Work order:
In the records below, find the line that contains "#45=EDGE_CURVE('',#43,#43,#44,.T.);" and the line that contains "#72=CYLINDRICAL_SURFACE('',#61,6.);". Set down exactly those lines and every line between them, and nothing more.
━━━━━ Data ━━━━━
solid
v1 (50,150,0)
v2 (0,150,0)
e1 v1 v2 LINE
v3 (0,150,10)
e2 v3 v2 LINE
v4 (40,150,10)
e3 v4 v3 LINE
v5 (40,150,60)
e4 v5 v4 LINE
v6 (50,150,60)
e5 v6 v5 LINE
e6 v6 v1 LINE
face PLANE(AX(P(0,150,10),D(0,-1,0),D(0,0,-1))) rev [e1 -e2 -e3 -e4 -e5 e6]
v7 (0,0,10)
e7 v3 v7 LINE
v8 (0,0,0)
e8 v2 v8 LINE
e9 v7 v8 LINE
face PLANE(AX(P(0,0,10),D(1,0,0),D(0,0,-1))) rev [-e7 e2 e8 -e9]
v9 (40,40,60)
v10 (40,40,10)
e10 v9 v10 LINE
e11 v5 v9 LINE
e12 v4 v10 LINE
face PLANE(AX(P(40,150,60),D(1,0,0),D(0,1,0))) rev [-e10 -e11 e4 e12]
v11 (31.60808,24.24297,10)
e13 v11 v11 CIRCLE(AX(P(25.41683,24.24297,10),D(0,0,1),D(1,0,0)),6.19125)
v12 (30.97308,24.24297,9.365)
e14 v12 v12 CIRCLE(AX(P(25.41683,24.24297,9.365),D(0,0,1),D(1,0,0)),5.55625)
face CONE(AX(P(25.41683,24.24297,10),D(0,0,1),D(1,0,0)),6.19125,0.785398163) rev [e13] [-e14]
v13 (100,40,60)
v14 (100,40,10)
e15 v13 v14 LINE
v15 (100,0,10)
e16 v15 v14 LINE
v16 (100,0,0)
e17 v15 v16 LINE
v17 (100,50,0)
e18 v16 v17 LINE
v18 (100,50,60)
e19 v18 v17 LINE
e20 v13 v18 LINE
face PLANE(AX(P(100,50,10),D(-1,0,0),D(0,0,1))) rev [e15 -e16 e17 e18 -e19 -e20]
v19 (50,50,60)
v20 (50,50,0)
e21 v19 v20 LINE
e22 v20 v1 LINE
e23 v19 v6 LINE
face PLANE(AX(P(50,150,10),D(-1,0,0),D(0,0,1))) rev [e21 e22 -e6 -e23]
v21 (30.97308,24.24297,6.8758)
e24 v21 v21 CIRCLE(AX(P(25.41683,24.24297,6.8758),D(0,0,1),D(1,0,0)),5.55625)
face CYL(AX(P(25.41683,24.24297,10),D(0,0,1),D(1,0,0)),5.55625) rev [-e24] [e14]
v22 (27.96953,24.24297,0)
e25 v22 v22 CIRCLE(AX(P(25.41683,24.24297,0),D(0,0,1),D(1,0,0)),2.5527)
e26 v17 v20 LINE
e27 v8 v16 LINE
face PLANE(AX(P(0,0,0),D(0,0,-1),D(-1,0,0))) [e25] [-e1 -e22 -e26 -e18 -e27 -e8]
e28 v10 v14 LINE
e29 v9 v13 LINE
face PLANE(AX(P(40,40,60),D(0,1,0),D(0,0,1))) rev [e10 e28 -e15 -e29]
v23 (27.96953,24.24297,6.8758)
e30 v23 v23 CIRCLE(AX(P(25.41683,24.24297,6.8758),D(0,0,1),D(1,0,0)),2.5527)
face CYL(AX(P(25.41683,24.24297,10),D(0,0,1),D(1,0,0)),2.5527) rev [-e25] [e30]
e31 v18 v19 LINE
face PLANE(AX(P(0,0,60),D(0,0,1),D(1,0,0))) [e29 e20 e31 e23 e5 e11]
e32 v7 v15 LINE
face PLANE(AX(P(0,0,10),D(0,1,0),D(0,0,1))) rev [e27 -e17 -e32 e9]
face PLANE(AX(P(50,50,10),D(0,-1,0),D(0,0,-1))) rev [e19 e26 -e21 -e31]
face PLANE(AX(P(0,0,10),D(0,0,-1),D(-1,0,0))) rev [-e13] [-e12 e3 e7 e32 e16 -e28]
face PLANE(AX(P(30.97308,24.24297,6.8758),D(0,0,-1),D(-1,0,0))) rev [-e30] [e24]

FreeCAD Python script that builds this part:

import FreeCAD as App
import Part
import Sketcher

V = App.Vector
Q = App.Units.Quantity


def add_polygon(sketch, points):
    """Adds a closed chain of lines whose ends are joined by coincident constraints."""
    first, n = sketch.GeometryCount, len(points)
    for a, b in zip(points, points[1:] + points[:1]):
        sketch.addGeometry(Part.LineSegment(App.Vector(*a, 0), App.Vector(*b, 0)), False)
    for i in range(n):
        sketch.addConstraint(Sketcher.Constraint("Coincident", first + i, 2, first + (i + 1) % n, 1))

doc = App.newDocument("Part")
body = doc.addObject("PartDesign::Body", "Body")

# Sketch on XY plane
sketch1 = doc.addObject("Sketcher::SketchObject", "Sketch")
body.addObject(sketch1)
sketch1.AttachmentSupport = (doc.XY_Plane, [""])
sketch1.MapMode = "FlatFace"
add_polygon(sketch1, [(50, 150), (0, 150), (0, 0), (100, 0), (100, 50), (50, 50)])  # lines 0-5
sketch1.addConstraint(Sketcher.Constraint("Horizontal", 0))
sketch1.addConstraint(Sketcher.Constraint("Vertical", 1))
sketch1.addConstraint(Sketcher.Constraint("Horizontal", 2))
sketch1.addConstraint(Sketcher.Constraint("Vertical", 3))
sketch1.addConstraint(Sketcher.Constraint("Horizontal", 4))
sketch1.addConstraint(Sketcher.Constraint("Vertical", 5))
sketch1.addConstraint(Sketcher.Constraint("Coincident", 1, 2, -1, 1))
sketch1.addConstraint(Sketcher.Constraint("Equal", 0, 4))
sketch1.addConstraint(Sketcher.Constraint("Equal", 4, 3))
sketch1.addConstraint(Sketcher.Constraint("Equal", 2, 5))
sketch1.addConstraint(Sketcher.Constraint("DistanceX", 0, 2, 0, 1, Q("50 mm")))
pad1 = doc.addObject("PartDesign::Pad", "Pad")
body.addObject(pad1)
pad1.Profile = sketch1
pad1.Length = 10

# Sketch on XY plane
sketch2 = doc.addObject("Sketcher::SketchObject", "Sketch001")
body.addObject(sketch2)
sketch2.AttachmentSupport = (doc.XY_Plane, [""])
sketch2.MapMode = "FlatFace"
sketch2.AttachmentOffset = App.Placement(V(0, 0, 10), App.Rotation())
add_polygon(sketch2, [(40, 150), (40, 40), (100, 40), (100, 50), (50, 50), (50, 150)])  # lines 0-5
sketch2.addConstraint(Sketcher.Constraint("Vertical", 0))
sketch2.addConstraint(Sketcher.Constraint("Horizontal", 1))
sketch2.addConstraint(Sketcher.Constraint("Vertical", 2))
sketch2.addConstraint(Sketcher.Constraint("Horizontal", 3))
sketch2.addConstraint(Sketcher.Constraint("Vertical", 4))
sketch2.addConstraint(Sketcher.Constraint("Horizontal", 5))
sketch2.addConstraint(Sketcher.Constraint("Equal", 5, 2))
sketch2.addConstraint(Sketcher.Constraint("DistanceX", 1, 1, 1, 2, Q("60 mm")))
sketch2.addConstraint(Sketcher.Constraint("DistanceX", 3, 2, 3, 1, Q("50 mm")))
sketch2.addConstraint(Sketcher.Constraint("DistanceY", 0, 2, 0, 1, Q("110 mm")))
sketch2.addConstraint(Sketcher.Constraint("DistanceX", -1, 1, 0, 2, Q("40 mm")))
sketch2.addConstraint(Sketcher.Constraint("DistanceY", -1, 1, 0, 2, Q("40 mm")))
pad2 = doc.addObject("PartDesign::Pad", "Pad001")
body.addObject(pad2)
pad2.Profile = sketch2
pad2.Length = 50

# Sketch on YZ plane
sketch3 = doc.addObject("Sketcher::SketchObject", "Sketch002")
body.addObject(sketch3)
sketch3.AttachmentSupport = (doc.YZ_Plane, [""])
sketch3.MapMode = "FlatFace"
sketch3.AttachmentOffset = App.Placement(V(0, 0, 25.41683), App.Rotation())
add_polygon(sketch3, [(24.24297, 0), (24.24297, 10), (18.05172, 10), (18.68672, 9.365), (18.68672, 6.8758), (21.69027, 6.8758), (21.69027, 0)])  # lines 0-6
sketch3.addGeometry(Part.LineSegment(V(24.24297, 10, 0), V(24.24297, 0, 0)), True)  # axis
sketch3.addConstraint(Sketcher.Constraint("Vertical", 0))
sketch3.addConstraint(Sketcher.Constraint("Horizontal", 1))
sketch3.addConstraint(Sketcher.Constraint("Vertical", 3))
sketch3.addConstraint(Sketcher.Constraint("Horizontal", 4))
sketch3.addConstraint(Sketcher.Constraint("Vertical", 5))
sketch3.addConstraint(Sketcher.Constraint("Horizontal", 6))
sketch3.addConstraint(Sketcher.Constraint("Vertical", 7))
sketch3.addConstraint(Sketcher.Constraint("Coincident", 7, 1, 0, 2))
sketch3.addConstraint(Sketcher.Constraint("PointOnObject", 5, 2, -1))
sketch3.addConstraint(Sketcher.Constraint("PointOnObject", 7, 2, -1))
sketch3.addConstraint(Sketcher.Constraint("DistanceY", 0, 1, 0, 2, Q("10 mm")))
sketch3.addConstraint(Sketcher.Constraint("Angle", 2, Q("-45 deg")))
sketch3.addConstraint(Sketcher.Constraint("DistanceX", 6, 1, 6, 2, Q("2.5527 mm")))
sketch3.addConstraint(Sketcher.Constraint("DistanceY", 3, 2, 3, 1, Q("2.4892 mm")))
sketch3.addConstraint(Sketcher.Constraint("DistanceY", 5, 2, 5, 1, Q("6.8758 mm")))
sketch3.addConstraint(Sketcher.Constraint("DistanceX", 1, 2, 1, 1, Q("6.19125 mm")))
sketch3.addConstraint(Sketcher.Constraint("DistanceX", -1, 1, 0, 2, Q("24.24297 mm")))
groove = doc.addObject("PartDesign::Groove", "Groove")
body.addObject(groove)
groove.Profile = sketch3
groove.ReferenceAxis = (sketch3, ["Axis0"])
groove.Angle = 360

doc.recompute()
━━━━━
━━━━━ Data ━━━━━
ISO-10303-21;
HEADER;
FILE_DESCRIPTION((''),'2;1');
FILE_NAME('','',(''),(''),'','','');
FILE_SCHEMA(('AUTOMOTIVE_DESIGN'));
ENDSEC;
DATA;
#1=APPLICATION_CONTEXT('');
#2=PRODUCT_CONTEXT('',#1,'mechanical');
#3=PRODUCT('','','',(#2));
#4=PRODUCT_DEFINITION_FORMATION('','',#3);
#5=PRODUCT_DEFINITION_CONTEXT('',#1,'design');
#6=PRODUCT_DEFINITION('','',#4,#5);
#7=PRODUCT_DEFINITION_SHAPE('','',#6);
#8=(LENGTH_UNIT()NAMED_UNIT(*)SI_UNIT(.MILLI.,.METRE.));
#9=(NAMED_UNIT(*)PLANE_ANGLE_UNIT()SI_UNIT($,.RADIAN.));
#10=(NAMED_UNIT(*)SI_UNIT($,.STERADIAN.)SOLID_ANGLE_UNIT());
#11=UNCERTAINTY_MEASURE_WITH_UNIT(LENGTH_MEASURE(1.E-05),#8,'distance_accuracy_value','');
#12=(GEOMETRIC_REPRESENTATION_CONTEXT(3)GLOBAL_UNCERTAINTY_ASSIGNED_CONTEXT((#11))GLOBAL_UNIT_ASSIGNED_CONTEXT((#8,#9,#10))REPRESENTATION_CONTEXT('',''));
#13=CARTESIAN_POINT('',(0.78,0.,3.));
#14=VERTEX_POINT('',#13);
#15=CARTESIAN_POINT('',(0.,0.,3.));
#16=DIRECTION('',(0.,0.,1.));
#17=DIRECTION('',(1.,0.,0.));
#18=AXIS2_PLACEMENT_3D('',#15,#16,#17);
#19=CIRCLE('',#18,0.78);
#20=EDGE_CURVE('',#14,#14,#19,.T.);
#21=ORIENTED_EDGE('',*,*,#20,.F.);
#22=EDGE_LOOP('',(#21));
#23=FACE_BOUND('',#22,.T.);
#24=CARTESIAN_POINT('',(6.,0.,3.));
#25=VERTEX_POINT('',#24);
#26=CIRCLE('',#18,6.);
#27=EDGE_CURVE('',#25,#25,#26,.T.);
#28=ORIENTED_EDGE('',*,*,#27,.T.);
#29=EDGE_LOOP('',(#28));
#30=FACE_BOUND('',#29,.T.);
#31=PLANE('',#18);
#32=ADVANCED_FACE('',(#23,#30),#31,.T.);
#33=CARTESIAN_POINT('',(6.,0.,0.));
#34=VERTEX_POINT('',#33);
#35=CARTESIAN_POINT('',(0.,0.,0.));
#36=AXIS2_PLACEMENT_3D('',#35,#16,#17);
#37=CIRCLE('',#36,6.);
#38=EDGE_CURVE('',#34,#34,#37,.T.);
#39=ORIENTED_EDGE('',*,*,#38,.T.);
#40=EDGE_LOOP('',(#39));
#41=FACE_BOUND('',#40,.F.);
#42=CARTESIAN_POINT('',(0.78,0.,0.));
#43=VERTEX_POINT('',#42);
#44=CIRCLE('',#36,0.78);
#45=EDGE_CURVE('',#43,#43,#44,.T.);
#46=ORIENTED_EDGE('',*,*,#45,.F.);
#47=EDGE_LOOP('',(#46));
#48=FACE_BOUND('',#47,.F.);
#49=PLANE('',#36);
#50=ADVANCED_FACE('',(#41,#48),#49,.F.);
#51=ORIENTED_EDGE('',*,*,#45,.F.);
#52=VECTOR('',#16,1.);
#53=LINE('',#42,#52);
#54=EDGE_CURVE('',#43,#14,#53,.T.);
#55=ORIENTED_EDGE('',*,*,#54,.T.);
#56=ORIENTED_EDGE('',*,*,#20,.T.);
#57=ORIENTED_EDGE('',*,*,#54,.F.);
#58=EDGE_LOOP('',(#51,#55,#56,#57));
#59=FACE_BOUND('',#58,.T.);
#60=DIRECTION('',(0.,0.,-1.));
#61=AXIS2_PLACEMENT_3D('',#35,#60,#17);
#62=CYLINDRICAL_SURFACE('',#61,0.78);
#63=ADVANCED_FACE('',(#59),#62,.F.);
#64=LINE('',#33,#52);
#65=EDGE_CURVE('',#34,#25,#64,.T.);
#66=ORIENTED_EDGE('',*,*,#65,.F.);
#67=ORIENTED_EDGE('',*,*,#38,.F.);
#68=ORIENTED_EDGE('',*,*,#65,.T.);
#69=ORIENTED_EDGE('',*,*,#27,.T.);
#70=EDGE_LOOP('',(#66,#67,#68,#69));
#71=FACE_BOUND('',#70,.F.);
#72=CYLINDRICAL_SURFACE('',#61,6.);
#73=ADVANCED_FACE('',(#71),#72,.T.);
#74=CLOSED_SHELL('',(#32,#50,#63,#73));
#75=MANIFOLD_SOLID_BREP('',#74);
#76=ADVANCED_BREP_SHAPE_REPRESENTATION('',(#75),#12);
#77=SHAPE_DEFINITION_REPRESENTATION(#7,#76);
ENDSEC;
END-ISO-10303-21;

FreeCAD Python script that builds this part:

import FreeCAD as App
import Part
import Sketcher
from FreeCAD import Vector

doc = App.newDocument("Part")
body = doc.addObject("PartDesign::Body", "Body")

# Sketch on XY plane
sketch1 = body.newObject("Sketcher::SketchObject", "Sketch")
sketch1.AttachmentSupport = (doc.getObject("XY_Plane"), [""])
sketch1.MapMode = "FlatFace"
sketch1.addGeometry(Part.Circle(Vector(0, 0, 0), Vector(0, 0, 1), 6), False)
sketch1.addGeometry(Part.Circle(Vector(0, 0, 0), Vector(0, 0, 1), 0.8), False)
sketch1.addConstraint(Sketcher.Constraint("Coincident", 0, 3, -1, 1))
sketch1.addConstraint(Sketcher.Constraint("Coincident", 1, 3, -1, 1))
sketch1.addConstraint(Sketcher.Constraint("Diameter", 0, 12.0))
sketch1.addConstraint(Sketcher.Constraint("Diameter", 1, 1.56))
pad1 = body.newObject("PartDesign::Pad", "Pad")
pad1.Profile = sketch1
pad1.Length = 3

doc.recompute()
━━━━━
Reply to the exercise:
#45=EDGE_CURVE('',#43,#43,#44,.T.);
#46=ORIENTED_EDGE('',*,*,#45,.F.);
#47=EDGE_LOOP('',(#46));
#48=FACE_BOUND('',#47,.F.);
#49=PLANE('',#36);
#50=ADVANCED_FACE('',(#41,#48),#49,.F.);
#51=ORIENTED_EDGE('',*,*,#45,.F.);
#52=VECTOR('',#16,1.);
#53=LINE('',#42,#52);
#54=EDGE_CURVE('',#43,#14,#53,.T.);
#55=ORIENTED_EDGE('',*,*,#54,.T.);
#56=ORIENTED_EDGE('',*,*,#20,.T.);
#57=ORIENTED_EDGE('',*,*,#54,.F.);
#58=EDGE_LOOP('',(#51,#55,#56,#57));
#59=FACE_BOUND('',#58,.T.);
#60=DIRECTION('',(0.,0.,-1.));
#61=AXIS2_PLACEMENT_3D('',#35,#60,#17);
#62=CYLINDRICAL_SURFACE('',#61,0.78);
#63=ADVANCED_FACE('',(#59),#62,.F.);
#64=LINE('',#33,#52);
#65=EDGE_CURVE('',#34,#25,#64,.T.);
#66=ORIENTED_EDGE('',*,*,#65,.F.);
#67=ORIENTED_EDGE('',*,*,#38,.F.);
#68=ORIENTED_EDGE('',*,*,#65,.T.);
#69=ORIENTED_EDGE('',*,*,#27,.T.);
#70=EDGE_LOOP('',(#66,#67,#68,#69));
#71=FACE_BOUND('',#70,.F.);
#72=CYLINDRICAL_SURFACE('',#61,6.);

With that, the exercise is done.